**** Material supplied
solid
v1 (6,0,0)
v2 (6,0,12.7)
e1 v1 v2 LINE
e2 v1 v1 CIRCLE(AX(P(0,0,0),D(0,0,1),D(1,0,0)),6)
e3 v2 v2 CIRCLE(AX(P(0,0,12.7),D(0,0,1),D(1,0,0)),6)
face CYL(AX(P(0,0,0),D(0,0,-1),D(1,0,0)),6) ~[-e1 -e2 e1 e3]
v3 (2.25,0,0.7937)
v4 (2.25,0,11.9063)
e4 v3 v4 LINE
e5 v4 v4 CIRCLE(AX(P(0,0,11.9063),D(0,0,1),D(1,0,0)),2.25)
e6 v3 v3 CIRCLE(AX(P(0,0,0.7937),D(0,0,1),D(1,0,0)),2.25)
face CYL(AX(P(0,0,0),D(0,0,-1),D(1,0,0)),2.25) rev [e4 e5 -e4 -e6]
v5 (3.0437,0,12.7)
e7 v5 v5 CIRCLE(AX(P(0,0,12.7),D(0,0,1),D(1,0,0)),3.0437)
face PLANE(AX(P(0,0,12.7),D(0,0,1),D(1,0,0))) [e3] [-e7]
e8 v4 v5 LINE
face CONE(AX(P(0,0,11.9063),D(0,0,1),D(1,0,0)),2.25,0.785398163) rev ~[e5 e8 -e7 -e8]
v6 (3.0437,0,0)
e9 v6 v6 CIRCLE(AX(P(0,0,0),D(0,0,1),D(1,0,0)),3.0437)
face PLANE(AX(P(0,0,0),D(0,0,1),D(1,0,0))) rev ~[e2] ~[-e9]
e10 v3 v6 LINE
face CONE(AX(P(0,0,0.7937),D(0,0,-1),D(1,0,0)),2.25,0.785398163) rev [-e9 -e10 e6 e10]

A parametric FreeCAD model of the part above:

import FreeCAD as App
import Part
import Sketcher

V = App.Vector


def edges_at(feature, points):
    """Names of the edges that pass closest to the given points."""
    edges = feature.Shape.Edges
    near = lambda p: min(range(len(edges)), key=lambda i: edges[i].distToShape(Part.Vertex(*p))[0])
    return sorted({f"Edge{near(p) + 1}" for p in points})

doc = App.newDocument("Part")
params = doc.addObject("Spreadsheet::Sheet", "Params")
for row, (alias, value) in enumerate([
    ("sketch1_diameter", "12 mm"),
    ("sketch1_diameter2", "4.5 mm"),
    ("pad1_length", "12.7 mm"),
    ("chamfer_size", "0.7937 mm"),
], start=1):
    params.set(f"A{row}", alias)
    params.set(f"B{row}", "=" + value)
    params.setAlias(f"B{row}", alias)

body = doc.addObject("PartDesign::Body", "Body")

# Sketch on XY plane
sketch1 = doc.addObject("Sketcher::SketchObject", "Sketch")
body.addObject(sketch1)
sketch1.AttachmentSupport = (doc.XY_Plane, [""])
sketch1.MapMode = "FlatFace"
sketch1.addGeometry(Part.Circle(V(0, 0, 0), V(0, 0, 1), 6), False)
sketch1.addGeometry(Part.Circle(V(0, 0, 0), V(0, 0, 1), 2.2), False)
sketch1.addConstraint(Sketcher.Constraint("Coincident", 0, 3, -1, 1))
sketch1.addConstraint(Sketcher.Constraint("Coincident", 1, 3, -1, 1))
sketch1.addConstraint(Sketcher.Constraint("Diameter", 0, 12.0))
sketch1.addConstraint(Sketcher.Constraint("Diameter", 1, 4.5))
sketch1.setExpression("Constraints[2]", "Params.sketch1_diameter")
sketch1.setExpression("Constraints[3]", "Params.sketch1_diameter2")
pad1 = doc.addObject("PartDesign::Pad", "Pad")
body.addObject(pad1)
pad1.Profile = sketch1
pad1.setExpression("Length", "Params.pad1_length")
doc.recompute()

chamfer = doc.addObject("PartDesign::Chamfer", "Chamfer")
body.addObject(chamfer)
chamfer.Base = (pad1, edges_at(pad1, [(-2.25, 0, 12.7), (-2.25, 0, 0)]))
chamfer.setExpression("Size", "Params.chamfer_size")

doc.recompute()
********
**** Material supplied
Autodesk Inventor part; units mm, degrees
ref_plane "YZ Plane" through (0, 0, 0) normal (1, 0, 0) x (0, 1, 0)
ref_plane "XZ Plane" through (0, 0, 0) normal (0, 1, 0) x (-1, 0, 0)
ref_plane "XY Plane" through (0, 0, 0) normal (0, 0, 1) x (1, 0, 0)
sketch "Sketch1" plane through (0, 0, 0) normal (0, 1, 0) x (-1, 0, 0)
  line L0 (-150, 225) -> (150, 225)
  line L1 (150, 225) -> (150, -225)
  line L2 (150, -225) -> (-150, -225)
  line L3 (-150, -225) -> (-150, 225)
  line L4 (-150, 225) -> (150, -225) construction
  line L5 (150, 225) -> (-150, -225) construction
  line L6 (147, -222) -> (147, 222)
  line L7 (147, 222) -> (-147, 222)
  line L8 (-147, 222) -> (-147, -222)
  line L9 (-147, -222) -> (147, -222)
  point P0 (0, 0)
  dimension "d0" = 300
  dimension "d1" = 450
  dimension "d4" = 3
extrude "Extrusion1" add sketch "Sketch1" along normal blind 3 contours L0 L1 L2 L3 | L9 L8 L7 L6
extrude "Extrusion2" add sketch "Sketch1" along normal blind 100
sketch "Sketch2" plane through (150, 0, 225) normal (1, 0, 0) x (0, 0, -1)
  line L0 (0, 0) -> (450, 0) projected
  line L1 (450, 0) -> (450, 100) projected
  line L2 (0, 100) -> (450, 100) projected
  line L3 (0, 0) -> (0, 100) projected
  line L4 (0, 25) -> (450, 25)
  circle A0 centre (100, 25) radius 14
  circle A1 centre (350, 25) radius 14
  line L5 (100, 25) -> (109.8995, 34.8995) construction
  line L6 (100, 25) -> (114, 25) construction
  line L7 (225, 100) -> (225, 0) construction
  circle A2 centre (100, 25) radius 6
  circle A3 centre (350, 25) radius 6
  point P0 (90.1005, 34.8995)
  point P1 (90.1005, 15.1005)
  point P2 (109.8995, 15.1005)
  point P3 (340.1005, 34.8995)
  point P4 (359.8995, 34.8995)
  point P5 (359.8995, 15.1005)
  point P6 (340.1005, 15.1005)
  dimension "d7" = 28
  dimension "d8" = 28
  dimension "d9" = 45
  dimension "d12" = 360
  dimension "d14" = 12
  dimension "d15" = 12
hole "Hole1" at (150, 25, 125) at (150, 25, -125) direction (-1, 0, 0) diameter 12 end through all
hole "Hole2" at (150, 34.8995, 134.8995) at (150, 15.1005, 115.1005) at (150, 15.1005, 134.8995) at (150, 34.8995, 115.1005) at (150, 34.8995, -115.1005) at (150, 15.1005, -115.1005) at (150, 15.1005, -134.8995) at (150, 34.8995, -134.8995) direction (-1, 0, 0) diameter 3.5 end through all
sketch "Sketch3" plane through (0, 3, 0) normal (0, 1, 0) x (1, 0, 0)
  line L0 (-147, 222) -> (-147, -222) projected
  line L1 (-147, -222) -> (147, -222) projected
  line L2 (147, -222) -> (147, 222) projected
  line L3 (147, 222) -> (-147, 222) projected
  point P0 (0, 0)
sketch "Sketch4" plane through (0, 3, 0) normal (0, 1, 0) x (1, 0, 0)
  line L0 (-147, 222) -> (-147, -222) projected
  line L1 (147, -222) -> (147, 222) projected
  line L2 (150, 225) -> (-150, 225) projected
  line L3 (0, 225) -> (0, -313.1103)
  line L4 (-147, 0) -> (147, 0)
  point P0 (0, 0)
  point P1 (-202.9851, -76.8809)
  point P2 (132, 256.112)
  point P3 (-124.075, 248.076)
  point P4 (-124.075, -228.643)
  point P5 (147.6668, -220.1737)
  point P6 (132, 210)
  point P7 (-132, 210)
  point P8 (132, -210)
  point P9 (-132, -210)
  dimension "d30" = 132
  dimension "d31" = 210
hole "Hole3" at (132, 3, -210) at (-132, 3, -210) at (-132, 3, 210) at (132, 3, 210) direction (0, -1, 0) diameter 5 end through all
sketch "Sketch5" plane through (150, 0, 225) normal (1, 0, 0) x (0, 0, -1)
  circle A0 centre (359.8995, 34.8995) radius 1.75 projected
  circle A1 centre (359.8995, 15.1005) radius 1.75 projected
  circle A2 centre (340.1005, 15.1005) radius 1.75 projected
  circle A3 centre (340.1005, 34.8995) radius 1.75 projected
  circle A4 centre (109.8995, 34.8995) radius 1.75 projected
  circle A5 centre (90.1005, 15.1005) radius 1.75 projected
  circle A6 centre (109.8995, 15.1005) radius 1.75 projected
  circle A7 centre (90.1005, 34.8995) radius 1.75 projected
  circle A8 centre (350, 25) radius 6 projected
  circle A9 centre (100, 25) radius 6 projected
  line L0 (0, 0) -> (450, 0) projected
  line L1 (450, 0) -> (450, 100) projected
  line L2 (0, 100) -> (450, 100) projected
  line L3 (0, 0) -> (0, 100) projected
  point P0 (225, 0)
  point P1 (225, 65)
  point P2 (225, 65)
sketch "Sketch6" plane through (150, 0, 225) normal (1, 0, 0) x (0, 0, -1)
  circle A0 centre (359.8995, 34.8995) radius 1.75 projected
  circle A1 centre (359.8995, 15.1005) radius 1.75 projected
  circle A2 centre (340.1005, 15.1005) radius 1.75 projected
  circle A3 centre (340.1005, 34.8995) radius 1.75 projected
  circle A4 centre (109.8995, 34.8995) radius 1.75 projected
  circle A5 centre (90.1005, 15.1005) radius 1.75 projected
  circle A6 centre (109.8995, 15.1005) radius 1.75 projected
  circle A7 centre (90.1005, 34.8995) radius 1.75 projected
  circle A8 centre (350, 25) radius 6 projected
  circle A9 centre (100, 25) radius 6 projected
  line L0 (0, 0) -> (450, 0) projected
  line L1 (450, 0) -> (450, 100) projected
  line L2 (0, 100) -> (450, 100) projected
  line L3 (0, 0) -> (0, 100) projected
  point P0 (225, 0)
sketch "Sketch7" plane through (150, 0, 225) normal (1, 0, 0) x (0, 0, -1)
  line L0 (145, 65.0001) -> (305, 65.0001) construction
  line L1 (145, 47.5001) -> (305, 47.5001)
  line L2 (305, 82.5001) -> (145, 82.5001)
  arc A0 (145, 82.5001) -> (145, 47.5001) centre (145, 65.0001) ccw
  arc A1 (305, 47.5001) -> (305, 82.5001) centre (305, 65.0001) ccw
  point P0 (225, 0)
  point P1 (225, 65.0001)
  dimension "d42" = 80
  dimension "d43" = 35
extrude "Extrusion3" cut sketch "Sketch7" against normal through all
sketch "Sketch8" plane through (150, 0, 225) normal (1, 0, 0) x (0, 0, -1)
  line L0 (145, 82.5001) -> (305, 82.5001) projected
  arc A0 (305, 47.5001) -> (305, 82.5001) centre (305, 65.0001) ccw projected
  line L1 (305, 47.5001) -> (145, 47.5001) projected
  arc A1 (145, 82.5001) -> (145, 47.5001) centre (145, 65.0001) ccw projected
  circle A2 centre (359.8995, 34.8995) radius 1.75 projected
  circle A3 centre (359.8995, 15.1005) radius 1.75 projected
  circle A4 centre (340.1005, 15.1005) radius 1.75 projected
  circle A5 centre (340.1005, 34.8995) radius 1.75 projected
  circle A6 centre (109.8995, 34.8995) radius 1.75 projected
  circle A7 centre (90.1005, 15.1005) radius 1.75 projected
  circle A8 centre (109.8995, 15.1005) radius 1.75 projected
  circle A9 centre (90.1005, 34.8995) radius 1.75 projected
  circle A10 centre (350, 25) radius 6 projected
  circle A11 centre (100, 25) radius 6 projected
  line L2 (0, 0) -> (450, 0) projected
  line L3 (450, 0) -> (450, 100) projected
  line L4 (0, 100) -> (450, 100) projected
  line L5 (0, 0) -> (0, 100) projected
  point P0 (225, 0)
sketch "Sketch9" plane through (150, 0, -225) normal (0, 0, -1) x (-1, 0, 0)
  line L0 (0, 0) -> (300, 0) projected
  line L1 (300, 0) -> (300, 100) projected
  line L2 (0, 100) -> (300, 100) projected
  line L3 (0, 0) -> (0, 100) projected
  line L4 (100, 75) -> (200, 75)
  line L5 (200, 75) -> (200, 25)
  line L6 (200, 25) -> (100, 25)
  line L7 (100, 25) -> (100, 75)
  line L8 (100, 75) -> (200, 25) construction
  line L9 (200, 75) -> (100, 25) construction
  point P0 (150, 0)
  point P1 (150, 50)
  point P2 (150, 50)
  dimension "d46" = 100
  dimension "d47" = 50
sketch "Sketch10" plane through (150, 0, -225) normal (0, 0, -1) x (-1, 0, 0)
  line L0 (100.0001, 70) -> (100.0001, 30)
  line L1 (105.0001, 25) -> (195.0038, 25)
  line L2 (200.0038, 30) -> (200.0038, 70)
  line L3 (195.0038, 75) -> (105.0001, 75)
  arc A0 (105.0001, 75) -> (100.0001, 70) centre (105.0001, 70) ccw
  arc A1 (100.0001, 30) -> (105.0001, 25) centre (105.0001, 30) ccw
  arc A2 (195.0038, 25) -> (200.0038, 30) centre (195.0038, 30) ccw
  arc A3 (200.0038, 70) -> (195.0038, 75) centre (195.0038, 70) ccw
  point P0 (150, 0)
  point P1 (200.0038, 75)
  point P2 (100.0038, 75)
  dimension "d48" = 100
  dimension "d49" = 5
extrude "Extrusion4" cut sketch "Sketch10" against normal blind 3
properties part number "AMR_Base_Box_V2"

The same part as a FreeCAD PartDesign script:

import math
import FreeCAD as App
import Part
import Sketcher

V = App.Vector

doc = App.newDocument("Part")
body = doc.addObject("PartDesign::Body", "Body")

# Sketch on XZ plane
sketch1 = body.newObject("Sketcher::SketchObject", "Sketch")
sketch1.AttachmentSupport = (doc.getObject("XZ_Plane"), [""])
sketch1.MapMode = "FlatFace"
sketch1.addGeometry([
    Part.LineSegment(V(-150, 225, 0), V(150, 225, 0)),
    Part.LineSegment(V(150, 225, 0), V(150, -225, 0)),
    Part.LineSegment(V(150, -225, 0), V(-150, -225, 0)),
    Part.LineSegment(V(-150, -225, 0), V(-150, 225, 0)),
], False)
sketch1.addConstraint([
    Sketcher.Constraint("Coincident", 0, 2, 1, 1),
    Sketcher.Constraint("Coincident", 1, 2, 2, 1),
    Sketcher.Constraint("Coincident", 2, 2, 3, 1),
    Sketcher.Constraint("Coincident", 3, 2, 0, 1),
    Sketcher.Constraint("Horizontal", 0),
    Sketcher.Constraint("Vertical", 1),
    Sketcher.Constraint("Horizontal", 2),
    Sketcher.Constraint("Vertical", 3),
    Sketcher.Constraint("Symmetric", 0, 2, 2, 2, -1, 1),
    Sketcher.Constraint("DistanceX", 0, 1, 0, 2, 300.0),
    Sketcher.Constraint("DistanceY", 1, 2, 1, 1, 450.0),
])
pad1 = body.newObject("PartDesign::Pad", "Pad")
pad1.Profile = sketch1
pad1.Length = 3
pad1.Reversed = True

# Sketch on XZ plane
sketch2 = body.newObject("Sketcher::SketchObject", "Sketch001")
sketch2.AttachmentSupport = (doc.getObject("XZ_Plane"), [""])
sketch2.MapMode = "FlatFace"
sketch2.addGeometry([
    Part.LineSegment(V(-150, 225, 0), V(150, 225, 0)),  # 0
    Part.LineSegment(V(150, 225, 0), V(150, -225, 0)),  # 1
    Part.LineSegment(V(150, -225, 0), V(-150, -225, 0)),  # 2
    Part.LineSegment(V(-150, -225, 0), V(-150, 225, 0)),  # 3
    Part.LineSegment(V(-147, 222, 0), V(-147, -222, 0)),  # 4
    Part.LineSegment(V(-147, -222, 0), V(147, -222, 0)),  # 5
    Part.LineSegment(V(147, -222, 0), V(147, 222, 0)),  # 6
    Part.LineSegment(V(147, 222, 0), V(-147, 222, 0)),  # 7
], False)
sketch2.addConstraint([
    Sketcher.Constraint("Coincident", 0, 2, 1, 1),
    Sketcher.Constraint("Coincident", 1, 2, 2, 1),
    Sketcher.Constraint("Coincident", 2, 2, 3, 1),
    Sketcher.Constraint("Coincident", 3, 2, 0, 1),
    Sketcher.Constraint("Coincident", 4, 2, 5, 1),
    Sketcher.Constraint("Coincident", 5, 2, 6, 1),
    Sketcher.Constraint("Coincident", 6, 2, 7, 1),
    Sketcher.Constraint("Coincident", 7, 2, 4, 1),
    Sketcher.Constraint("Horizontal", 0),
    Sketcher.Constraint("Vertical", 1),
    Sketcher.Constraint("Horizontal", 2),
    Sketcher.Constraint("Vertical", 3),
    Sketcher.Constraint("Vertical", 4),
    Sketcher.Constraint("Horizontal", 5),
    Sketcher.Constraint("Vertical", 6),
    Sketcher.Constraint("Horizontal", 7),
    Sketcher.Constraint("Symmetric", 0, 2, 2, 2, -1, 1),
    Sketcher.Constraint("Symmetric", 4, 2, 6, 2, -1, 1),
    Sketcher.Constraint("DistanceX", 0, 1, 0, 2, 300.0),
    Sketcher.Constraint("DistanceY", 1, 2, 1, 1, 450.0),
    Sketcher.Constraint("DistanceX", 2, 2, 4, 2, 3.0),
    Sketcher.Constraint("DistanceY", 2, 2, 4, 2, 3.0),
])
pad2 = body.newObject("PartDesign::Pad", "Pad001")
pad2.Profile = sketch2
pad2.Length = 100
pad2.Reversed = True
********
Your assignment -
When you reach the line containing "e1 v1 v2 LINE" in the data above, start copying exactly, and stop after the line containing "A parametric FreeCAD".

Written response -
e1 v1 v2 LINE
e2 v1 v1 CIRCLE(AX(P(0,0,0),D(0,0,1),D(1,0,0)),6)
e3 v2 v2 CIRCLE(AX(P(0,0,12.7),D(0,0,1),D(1,0,0)),6)
face CYL(AX(P(0,0,0),D(0,0,-1),D(1,0,0)),6) ~[-e1 -e2 e1 e3]
v3 (2.25,0,0.7937)
v4 (2.25,0,11.9063)
e4 v3 v4 LINE
e5 v4 v4 CIRCLE(AX(P(0,0,11.9063),D(0,0,1),D(1,0,0)),2.25)
e6 v3 v3 CIRCLE(AX(P(0,0,0.7937),D(0,0,1),D(1,0,0)),2.25)
face CYL(AX(P(0,0,0),D(0,0,-1),D(1,0,0)),2.25) rev [e4 e5 -e4 -e6]
v5 (3.0437,0,12.7)
e7 v5 v5 CIRCLE(AX(P(0,0,12.7),D(0,0,1),D(1,0,0)),3.0437)
face PLANE(AX(P(0,0,12.7),D(0,0,1),D(1,0,0))) [e3] [-e7]
e8 v4 v5 LINE
face CONE(AX(P(0,0,11.9063),D(0,0,1),D(1,0,0)),2.25,0.785398163) rev ~[e5 e8 -e7 -e8]
v6 (3.0437,0,0)
e9 v6 v6 CIRCLE(AX(P(0,0,0),D(0,0,1),D(1,0,0)),3.0437)
face PLANE(AX(P(0,0,0),D(0,0,1),D(1,0,0))) rev ~[e2] ~[-e9]
e10 v3 v6 LINE
face CONE(AX(P(0,0,0.7937),D(0,0,-1),D(1,0,0)),2.25,0.785398163) rev [-e9 -e10 e6 e10]

A parametric FreeCAD model of the part above:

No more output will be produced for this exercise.